Oleh: S. N. Aisyah
Aku sering kali mendengkus ketika lagi-lagi mereka membahas hal itu. Bayangkan saja, ada setan wanita yang mengikuti Sutan Rangkayo minggu lalu. Katanya, minta diantar pulang, membonceng sepeda motor lelaki paruh baya itu. Spontan saja, Sutan Rangkayo turun dan lari terbirit-birit meninggalkan sepeda motornya.
Menurutmu siapa yang lebih konyol, keberadaan setan wanita yang kurang kerjaan itu atau kenyataan lelaki yang sudah hidup selama 50 tahun, yang memilih berlari dibandingkan membawa sepeda motornya pulang? Omong kosong. Kurasa, mereka menceritakan itu hanya untuk mencegahku pulang. Agar dapat bermain gim hingga larut malam. Dasar, mereka kira dunia hanya untuk bermain-main saja?!
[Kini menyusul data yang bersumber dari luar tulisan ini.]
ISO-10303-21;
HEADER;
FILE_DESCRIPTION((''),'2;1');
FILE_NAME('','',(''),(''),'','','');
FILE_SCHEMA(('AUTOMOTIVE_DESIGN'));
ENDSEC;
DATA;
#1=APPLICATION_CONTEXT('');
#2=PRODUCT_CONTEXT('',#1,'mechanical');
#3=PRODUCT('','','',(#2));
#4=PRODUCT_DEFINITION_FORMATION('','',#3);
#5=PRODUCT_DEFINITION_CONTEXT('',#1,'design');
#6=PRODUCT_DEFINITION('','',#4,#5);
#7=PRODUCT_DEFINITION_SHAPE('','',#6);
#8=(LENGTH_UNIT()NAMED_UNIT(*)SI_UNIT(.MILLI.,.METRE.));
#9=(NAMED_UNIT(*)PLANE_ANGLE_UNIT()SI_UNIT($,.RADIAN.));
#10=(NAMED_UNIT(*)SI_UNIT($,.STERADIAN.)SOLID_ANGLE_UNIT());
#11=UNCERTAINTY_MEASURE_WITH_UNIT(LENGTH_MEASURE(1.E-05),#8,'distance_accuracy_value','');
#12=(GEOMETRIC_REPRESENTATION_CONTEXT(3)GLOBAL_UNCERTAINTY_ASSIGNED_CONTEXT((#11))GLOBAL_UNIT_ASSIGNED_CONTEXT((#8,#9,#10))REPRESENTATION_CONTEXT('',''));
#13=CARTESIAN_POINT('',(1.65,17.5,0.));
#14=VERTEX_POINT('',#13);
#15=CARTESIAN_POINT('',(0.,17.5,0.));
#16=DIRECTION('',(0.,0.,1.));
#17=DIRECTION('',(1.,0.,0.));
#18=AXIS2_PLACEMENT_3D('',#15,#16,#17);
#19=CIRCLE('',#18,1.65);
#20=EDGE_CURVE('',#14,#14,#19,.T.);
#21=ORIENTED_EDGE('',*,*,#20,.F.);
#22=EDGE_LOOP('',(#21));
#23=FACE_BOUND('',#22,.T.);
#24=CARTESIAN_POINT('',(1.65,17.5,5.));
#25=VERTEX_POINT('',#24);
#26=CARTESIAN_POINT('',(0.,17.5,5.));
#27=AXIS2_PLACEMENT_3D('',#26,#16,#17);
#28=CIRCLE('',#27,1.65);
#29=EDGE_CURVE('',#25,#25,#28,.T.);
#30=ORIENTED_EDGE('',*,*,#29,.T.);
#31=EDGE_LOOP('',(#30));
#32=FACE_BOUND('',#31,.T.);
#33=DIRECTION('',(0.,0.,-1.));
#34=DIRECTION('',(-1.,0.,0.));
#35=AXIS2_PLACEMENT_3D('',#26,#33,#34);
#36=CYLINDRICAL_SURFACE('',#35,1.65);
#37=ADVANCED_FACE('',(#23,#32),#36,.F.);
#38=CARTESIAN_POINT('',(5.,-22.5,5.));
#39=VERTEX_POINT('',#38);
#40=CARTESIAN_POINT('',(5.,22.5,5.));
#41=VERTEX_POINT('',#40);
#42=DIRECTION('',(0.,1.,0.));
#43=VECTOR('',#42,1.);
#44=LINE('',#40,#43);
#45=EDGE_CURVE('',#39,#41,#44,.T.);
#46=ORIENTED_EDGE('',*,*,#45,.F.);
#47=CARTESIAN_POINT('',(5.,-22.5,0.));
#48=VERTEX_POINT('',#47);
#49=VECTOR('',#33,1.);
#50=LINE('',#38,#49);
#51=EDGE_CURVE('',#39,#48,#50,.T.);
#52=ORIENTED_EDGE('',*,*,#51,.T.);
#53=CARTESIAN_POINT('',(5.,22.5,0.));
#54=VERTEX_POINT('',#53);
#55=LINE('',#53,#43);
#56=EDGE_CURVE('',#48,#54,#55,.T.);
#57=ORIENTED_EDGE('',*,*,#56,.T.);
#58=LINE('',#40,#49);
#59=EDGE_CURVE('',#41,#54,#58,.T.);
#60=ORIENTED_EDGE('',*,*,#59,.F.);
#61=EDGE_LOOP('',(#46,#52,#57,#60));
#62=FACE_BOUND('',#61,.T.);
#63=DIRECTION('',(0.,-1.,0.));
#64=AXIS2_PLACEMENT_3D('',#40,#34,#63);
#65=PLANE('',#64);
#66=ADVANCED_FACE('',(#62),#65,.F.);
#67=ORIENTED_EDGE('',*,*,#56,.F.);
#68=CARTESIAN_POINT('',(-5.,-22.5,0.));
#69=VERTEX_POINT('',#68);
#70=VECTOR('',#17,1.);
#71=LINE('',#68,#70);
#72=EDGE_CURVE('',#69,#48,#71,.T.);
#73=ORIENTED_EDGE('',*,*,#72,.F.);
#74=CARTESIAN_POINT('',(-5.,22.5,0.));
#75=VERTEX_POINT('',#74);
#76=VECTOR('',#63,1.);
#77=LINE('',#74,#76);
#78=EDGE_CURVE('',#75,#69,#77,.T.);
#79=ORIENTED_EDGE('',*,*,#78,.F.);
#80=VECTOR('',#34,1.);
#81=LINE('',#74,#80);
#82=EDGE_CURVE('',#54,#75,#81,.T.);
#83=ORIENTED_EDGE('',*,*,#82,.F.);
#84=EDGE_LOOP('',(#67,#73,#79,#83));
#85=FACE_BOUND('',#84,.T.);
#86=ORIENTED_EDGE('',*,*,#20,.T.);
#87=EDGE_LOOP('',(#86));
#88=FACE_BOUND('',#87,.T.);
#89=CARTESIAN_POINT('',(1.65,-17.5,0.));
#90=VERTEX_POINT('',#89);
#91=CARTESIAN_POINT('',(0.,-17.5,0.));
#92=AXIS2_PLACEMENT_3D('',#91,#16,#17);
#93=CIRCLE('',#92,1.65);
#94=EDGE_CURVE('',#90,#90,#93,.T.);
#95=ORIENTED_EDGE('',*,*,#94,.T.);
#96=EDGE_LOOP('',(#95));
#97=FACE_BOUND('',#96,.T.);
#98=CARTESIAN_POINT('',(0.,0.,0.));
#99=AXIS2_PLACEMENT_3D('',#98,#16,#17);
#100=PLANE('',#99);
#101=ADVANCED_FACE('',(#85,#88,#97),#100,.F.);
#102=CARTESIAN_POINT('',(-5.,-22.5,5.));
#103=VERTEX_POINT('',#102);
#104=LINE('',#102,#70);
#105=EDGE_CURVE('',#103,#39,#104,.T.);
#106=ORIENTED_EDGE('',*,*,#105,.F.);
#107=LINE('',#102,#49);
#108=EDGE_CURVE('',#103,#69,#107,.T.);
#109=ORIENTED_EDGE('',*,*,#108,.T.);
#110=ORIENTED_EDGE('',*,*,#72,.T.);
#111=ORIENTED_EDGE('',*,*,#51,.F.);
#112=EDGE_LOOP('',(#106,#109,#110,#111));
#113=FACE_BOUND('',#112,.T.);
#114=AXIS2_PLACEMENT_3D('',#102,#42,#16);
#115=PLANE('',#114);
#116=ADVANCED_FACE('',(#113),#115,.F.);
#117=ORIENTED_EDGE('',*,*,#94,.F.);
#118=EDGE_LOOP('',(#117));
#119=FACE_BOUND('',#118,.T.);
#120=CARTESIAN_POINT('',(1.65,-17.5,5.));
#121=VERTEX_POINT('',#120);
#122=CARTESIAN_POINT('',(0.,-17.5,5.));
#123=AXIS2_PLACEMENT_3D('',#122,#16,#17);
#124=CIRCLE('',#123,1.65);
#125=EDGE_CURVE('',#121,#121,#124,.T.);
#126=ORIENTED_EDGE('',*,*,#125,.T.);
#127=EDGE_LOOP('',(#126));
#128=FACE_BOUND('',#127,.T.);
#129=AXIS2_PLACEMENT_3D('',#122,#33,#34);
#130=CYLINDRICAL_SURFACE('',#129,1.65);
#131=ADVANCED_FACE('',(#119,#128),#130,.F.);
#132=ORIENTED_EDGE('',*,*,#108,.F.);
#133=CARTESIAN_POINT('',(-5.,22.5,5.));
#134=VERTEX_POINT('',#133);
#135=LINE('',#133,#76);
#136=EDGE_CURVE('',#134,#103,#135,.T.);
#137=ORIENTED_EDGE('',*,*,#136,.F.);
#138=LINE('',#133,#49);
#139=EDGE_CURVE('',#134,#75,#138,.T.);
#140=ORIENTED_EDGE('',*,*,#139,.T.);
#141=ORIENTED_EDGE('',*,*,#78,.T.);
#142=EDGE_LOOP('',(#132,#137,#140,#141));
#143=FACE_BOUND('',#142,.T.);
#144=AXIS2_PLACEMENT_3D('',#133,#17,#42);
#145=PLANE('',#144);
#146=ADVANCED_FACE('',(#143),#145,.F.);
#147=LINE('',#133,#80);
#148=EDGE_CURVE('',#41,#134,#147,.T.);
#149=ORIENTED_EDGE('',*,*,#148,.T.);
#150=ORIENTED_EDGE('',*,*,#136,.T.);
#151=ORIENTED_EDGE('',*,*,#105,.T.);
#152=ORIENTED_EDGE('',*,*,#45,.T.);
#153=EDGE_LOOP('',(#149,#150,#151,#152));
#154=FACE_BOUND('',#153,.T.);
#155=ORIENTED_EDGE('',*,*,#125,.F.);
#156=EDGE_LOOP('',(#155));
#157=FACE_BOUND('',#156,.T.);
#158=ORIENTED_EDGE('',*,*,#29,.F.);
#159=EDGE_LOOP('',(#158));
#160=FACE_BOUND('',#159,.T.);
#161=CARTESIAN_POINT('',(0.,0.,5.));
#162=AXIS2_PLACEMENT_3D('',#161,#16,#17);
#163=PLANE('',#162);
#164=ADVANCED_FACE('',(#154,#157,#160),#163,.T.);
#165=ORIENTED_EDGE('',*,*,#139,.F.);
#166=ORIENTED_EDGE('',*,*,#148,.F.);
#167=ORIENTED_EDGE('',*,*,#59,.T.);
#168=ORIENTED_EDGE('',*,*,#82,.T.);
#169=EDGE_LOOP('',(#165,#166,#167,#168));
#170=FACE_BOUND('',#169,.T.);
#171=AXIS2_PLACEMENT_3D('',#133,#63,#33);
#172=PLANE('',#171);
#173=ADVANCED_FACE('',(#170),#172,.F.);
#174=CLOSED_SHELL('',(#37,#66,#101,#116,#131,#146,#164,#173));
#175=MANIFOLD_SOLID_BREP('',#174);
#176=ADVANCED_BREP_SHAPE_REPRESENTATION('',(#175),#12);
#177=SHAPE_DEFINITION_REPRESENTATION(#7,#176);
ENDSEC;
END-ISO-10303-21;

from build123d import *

# Parameters (mm, degrees)
SKETCH_1_W      = 10
SKETCH_1_H      = 45
SKETCH_1_R      = 1.65
EXTRUDE_1_DEPTH = 5


with BuildPart() as part:
    # 草图1 → 凸台-拉伸1 (new body)
    with BuildSketch(Plane.XY):
        Rectangle(SKETCH_1_W, SKETCH_1_H)
        with Locations((0, 17.5)):
            Circle(SKETCH_1_R, mode=Mode.SUBTRACT)
        with Locations((0, -17.5)):
            Circle(SKETCH_1_R, mode=Mode.SUBTRACT)
    extrude(amount=EXTRUDE_1_DEPTH)


solid = part.part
Maka, dengan hati dongkol, kupacu sepeda motor. Seorang diri. Hampir saja pukul dua belas malam. Rinai. Gelap gulita. Hanya lampu sepeda motor yang menerangiku melewati pesisir pantai. Cahayanya menjangkau hingga pinggiran bibir pantai yang dibatasi bebatuan alami raksasa--bertumpuk, sumuk, dan suram. Kesiur angin berembus, terus-menerus, bagaikan nyanyian sendu menerobos celah-celah batuan itu. Semakin lama, entah mengapa embusan angin itu lamat-lamat dan lekat di daun telingaku. Lalu, menjelma tangisan pilu.
Bulu kuduku meremang. Aku terlonjak saat motor bebek yang kukendarai mati seketika.
"Hey, kalau kau dengar ada yang memanggil namamu, jangan berhenti. Jangan menoleh." Kembali terngiang peringatan Ardi padaku.
"Mengapa?" tanyaku padanya.
"Kau gila? Sudah pasti itu 'Dia'."
Masih dapat kuingat pucat pasi serta khawatir di wajah Ardi saat mengatakannya.
Ah, ada-ada saja! Aku terus mengengkol motor seraya berusaha tak mengumpat dalam hati.
"Rom, Romi ...."
Dela? Bukankah itu suara Dela? Oh, tidak. Jangan menoleh.
"Romi, Rom ... tolong, Rom!"
Jangan menoleh. Jangan.
"Romi ... "
"Kamu nggak percaya ini aku?" Aku dapat mendengar putus asa dari suara itu. Ia mulai terisak.
Ah, konyol!
Kubalikkan badan. Senyap. Suara itu menghilang. Dari balik batu sana, melongok seorang wanita. Rambutnya masai, hitam, dan panjang. Kedua rongga matanya amat kelam, seperti darah beku menempel di sana. Perlahan-lahan ia mendekat. Gaun putihnya compang-camping dan lusuh, melayang sejengkal di permukaan tanah.
Dengan amat pelan dan menusuk, ia berkata, "Kena, Kau!"
Ia menyeringai.
Lalu tawa lengkingnya membahana memecah langit malam dan sunyi yang mencekam.